━━━ Given records

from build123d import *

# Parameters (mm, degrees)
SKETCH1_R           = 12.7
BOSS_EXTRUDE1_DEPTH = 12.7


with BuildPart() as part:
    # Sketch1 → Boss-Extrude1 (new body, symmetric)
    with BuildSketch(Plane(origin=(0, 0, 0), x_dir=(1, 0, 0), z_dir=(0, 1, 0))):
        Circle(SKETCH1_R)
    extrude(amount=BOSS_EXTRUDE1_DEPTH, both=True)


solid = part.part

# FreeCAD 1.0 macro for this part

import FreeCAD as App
import Part
import Sketcher

V = App.Vector
Q = App.Units.Quantity

doc = App.newDocument("Part")
body = doc.addObject("PartDesign::Body", "Body")

# Sketch on XZ plane
sketch1 = body.newObject("Sketcher::SketchObject", "Sketch")
sketch1.AttachmentSupport = (doc.getObject("XZ_Plane"), [""])
sketch1.MapMode = "FlatFace"
sketch1.addGeometry(Part.Circle(V(0, 0, 0), V(0, 0, 1), 13), False)
sketch1.addConstraint([
    Sketcher.Constraint("Coincident", 0, 3, -1, 1),
    Sketcher.Constraint("Diameter", 0, Q("1 in")),
])
pad1 = body.newObject("PartDesign::Pad", "Pad")
pad1.Profile = sketch1
pad1.Length = Q("1 in")
pad1.Midplane = True

doc.recompute()
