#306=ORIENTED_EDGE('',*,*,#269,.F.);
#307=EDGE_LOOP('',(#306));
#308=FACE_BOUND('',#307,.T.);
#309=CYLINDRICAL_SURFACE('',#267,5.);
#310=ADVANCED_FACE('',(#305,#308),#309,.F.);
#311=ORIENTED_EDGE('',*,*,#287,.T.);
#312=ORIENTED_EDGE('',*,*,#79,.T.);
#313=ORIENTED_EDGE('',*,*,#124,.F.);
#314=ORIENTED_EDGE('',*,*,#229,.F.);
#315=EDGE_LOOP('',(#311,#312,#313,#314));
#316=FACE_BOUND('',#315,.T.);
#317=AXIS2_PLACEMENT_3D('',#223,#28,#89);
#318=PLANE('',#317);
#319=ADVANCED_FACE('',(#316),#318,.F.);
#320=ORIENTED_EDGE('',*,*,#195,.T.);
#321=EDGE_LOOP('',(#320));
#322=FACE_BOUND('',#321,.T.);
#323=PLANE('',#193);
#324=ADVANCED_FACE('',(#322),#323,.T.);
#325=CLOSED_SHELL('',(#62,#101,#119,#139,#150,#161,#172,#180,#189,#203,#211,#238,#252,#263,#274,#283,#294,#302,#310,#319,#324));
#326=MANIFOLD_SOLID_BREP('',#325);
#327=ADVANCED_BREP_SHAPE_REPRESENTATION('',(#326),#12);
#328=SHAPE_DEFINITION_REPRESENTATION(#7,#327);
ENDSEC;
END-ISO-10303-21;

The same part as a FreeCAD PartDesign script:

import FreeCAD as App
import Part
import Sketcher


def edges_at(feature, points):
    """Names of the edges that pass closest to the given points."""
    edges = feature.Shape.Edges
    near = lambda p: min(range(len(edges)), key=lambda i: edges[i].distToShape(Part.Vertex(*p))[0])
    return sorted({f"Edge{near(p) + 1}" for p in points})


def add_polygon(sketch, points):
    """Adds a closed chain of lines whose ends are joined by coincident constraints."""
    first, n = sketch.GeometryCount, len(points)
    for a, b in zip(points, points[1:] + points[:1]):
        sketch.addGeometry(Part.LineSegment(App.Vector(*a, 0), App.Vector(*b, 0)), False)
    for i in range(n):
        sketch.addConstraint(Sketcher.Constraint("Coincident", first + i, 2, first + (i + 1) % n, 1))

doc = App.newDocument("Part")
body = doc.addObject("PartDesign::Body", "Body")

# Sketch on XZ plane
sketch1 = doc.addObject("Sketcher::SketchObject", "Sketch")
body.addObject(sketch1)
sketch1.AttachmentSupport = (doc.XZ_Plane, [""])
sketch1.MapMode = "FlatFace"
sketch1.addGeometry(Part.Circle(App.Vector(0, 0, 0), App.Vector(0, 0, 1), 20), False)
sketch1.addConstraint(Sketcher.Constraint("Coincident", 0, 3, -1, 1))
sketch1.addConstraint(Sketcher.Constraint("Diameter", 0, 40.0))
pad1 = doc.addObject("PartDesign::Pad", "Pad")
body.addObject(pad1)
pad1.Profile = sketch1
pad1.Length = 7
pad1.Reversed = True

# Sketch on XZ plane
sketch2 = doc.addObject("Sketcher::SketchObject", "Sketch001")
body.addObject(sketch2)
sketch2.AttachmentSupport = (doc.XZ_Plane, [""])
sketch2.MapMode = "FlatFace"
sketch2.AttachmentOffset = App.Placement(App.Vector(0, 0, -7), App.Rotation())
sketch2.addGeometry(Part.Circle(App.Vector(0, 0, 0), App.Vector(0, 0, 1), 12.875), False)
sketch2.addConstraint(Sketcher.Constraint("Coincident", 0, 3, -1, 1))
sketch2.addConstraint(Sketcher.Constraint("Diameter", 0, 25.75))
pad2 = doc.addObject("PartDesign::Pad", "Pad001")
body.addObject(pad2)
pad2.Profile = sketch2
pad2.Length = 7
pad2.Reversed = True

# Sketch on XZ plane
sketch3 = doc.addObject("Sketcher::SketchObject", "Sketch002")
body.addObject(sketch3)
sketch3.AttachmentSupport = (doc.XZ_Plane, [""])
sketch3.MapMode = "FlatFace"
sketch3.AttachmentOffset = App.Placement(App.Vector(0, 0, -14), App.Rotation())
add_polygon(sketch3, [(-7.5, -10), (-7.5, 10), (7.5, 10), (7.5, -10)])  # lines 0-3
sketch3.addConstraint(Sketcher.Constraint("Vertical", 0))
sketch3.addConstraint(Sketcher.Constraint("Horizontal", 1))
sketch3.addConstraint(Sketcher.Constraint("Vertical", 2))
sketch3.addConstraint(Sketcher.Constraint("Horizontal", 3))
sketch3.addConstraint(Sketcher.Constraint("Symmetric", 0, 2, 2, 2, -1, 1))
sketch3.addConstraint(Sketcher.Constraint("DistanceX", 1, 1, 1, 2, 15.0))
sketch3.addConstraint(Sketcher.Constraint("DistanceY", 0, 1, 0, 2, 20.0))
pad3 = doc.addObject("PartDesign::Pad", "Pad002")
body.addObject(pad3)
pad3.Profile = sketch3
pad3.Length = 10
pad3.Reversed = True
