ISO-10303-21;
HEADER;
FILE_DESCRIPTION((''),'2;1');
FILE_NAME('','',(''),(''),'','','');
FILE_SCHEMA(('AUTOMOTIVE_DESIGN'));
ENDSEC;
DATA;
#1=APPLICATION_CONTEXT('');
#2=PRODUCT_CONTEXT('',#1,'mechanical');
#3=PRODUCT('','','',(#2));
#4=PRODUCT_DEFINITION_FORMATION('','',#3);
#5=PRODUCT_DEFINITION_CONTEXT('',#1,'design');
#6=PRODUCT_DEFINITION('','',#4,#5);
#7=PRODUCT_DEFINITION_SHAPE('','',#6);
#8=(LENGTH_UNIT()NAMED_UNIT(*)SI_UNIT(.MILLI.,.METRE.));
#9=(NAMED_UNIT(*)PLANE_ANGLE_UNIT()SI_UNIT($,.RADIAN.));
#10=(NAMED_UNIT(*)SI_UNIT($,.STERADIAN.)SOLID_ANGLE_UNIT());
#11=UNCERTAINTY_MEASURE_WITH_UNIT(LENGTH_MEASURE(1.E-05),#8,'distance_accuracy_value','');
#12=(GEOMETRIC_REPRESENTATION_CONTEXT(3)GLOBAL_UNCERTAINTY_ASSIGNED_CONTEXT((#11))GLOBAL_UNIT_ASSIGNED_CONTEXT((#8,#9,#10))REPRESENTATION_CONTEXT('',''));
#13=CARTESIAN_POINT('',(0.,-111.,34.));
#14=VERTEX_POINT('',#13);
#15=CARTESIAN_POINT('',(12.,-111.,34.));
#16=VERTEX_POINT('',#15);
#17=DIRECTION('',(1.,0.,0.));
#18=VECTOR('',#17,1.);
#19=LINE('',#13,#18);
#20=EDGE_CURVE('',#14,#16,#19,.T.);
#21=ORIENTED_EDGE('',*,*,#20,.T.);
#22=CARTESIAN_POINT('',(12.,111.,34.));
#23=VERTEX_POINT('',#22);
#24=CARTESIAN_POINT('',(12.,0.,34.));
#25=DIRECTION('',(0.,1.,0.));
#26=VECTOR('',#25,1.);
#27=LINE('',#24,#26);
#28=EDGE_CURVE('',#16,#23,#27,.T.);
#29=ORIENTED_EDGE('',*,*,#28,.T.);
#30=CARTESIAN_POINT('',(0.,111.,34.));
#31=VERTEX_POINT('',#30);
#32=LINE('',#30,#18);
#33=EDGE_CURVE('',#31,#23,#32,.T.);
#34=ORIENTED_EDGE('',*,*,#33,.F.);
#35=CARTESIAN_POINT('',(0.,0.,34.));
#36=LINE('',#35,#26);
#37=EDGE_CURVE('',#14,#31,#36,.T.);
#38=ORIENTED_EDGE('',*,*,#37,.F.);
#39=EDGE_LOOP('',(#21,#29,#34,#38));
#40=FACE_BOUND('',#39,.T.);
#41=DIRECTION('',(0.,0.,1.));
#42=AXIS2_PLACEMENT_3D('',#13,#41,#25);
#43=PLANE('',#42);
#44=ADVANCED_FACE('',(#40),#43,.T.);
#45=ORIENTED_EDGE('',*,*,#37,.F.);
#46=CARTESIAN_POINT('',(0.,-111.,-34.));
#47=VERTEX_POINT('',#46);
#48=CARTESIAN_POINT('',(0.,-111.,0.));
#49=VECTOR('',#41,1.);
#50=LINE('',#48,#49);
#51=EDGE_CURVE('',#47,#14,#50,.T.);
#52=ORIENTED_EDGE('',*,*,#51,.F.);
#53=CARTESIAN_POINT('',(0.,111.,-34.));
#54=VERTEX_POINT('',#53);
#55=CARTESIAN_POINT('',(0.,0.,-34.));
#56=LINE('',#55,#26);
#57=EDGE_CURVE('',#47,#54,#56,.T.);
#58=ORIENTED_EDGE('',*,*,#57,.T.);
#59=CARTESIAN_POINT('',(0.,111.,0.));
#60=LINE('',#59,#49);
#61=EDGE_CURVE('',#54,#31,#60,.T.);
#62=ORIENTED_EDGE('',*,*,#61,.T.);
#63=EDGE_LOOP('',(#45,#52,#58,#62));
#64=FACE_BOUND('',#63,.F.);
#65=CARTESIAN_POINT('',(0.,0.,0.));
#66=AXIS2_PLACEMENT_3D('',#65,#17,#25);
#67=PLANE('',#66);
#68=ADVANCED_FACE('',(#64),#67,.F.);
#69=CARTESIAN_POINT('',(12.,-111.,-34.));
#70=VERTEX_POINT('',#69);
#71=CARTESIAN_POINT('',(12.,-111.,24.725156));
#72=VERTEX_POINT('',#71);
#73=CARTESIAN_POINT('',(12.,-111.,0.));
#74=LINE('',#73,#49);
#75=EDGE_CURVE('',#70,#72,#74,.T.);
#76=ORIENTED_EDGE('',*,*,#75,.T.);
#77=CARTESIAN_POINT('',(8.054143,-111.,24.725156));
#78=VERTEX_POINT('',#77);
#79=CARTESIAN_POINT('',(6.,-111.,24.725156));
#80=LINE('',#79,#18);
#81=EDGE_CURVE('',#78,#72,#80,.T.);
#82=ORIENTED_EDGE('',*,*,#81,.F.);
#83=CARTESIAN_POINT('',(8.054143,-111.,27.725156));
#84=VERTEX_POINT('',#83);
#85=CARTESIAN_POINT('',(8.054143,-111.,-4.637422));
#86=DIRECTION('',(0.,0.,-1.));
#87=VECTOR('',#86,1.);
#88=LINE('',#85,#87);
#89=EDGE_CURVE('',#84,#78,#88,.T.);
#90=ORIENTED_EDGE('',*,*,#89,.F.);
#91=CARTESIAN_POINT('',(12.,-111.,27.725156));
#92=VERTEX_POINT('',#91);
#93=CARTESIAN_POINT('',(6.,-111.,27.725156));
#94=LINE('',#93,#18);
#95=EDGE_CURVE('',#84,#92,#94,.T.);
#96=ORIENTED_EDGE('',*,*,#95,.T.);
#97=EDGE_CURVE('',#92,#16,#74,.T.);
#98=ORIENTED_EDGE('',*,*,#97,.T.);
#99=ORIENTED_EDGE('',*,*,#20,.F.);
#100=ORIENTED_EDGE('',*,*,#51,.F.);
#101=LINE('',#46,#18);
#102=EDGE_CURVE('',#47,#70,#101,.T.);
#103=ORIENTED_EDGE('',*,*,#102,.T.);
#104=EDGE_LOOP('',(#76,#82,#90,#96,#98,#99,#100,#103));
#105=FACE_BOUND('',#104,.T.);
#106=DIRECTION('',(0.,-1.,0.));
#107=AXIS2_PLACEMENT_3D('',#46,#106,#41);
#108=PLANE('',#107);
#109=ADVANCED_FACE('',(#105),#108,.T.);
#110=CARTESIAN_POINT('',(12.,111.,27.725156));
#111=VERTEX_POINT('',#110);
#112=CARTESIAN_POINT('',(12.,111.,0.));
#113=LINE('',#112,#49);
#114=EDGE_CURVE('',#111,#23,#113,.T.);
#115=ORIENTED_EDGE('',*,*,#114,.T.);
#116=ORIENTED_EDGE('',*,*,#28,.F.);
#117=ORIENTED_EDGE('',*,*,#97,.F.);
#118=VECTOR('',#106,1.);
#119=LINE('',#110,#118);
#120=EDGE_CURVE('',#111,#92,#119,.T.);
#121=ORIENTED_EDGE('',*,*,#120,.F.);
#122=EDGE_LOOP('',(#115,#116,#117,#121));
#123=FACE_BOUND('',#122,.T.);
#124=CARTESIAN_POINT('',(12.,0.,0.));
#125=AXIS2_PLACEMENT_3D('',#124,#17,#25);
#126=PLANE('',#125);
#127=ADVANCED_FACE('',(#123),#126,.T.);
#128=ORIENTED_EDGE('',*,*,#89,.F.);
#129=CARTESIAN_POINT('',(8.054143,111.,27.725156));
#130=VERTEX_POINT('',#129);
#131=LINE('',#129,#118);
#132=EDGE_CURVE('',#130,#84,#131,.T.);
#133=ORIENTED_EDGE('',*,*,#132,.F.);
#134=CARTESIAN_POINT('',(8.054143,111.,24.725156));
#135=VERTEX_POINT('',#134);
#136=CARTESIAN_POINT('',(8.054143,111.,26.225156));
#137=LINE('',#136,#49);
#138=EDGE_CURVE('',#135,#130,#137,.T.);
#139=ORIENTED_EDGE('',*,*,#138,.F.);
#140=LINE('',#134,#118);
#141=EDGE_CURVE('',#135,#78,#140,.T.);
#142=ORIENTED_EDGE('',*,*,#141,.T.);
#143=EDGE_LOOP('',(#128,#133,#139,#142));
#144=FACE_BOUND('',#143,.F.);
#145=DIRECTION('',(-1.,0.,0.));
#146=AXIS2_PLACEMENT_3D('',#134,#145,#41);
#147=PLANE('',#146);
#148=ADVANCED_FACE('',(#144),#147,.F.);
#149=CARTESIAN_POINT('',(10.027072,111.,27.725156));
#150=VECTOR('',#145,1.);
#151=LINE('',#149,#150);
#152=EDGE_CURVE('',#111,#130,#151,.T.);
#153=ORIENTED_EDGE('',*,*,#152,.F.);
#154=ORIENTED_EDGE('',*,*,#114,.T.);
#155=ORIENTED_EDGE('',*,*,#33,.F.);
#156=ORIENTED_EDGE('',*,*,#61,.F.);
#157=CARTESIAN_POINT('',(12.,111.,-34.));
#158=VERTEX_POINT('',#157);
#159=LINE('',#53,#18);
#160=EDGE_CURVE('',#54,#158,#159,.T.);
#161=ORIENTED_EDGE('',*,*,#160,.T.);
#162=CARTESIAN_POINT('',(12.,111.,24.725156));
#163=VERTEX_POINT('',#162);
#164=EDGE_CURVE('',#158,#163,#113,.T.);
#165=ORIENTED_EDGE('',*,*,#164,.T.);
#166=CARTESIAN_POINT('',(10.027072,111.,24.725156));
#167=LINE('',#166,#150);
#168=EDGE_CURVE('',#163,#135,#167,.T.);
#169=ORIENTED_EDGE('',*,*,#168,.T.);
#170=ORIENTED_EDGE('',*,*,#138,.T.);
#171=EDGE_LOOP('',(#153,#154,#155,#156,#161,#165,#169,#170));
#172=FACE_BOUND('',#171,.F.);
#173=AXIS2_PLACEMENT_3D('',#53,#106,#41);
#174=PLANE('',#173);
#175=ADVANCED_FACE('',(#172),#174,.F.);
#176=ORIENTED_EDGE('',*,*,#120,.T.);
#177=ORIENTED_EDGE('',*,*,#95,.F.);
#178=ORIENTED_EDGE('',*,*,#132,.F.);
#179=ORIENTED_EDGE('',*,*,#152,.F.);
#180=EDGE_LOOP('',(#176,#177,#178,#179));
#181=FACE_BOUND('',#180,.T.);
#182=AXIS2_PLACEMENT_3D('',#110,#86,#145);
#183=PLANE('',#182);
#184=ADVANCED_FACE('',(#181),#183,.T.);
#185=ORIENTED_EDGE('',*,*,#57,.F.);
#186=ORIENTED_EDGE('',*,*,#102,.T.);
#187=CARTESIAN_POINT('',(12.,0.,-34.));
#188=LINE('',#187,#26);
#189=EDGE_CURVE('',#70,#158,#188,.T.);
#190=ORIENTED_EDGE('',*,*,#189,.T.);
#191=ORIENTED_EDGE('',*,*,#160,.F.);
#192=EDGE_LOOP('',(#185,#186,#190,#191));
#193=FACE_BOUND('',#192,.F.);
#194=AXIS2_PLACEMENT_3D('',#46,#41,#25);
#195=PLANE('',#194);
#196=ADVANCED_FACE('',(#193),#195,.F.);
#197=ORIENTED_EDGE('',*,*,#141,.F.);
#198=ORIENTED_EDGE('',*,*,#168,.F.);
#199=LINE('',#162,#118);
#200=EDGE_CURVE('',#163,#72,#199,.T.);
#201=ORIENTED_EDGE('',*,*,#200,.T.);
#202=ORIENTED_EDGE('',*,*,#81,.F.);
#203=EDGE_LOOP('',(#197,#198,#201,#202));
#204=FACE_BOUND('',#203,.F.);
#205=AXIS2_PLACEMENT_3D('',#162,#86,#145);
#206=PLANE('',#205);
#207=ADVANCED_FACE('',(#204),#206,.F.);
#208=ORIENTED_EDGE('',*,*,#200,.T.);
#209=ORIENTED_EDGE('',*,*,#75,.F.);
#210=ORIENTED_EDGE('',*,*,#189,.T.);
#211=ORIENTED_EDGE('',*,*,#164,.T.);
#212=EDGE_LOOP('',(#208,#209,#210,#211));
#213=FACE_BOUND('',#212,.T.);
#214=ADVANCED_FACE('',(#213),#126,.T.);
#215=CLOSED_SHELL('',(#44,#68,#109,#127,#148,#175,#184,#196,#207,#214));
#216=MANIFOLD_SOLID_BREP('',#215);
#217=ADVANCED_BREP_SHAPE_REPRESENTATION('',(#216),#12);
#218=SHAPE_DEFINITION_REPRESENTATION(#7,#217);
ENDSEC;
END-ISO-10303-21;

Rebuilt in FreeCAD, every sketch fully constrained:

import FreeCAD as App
import Part
import Sketcher


def add_polygon(sketch, points):
    """Adds a closed chain of lines whose ends are joined by coincident constraints."""
    first, n = sketch.GeometryCount, len(points)
    for a, b in zip(points, points[1:] + points[:1]):
        sketch.addGeometry(Part.LineSegment(App.Vector(*a, 0), App.Vector(*b, 0)), False)
    for i in range(n):
        sketch.addConstraint(Sketcher.Constraint("Coincident", first + i, 2, first + (i + 1) % n, 1))

doc = App.newDocument("Part")
body = doc.addObject("PartDesign::Body", "Body")

sketch1 = body.newObject("Sketcher::SketchObject", "Sketch")
sketch1.AttachmentSupport = (doc.getObject("YZ_Plane"), [""])
sketch1.MapMode = "FlatFace"
add_polygon(sketch1, [(-111, 34), (-111, -34), (111, -34), (111, 34)])
sketch1.addConstraint(Sketcher.Constraint("Vertical", 0))
sketch1.addConstraint(Sketcher.Constraint("Horizontal", 1))
sketch1.addConstraint(Sketcher.Constraint("Vertical", 2))
sketch1.addConstraint(Sketcher.Constraint("Horizontal", 3))
sketch1.addConstraint(Sketcher.Constraint("Symmetric", 0, 2, 2, 2, -1, 1))
sketch1.addConstraint(Sketcher.Constraint("DistanceX", 1, 1, 1, 2, 222.0))
sketch1.addConstraint(Sketcher.Constraint("DistanceY", 0, 2, 0, 1, 68.0))
pad1 = body.newObject("PartDesign::Pad", "Pad")
pad1.Profile = sketch1
pad1.Length = 12

sketch2 = body.newObject("Sketcher::SketchObject", "Sketch001")
sketch2.AttachmentSupport = (doc.getObject("XZ_Plane"), [""])
sketch2.MapMode = "FlatFace"
sketch2.AttachmentOffset = App.Placement(App.Vector(0, 0, -111), App.Rotation())
add_polygon(sketch2, [(12, 27.7), (12, 24.7), (8.1, 24.7), (8.1, 27.7)])
sketch2.addConstraint(Sketcher.Constraint("Vertical", 0))
sketch2.addConstraint(Sketcher.Constraint("Horizontal", 1))
sketch2.addConstraint(Sketcher.Constraint("Vertical", 2))
sketch2.addConstraint(Sketcher.Constraint("Horizontal", 3))
sketch2.addConstraint(Sketcher.Constraint("DistanceY", 0, 2, 0, 1, 3.0))
sketch2.addConstraint(Sketcher.Constraint("DistanceX", -1, 1, 0, 2, 12.0))
sketch2.addConstraint(Sketcher.Constraint("DistanceX", 1, 2, 1, 1, 3.945857))
sketch2.addConstraint(Sketcher.Constraint("DistanceY", -1, 1, 0, 2, 24.725156))
pocket1 = body.newObject("PartDesign::Pocket", "Pocket")
pocket1.Profile = sketch2
pocket1.Length = 300
pocket1.Reversed = True

doc.recompute()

━━━━━━

Return the opening line of the data and every line after it through the line containing "# FreeCAD 1.0 macro for this part", please, exactly as written and with nothing added.

from build123d import *

# Parameters (mm, degrees)
SKETCH1_R           = 12.7
BOSS_EXTRUDE1_DEPTH = 12.7


with BuildPart() as part:
    # Sketch1 → Boss-Extrude1 (new body, symmetric)
    with BuildSketch(Plane(origin=(0, 0, 0), x_dir=(1, 0, 0), z_dir=(0, 1, 0))):
        Circle(SKETCH1_R)
    extrude(amount=BOSS_EXTRUDE1_DEPTH, both=True)


solid = part.part

# FreeCAD 1.0 macro for this part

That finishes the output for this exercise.